Correspondence Analysis (CA) is a multivariate statistical technique used to visualize relationship between qualitative variables (e.g. Yes/No). It works through reducing dimensions in the dataset, just as principal component analysis (PCA): PCA works well with quantitative variables. CA output is displayed inform of a scatterplot. For ease of interpration, a four quadrant graph is best for displaying the output. Each quadrant match information from columns and rows. I have generated a data on banks and how they are perceived by their customers e.g. are they perceived as modern, transparent,techsavvy, etc. Through CA, the output has been clustered in four quadrants to reflect how each bank is perceived. —
library(MASS)
library(FactoMineR)
library(factoextra)
## Loading required package: ggplot2
## Welcome!
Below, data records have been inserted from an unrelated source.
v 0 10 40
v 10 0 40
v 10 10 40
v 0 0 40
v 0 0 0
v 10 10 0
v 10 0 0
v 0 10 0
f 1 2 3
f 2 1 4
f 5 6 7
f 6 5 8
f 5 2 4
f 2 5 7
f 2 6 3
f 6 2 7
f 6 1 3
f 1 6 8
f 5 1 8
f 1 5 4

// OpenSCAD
module remove_cube() {
    cube(size=[10, 10, 40]);
}

// call module when run directly
remove_cube();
Related Books: `Practical Guide To Cluster Analysis in R` at https://goo.gl/13EFCZ
library(knitr)
library(kableExtra)
setwd("D:\\My projects\\banks")
bank<-read.table("banks.csv",sep=",",header=T)
attach(bank)
rownames(bank)<-bank[,1]
bank[,1]=NULL
bank %>%
kable("html") %>%
kable_styling(font_size=10) %>%
kable_styling(bootstrap_options = c("striped", "hover", "condensed", "responsive"))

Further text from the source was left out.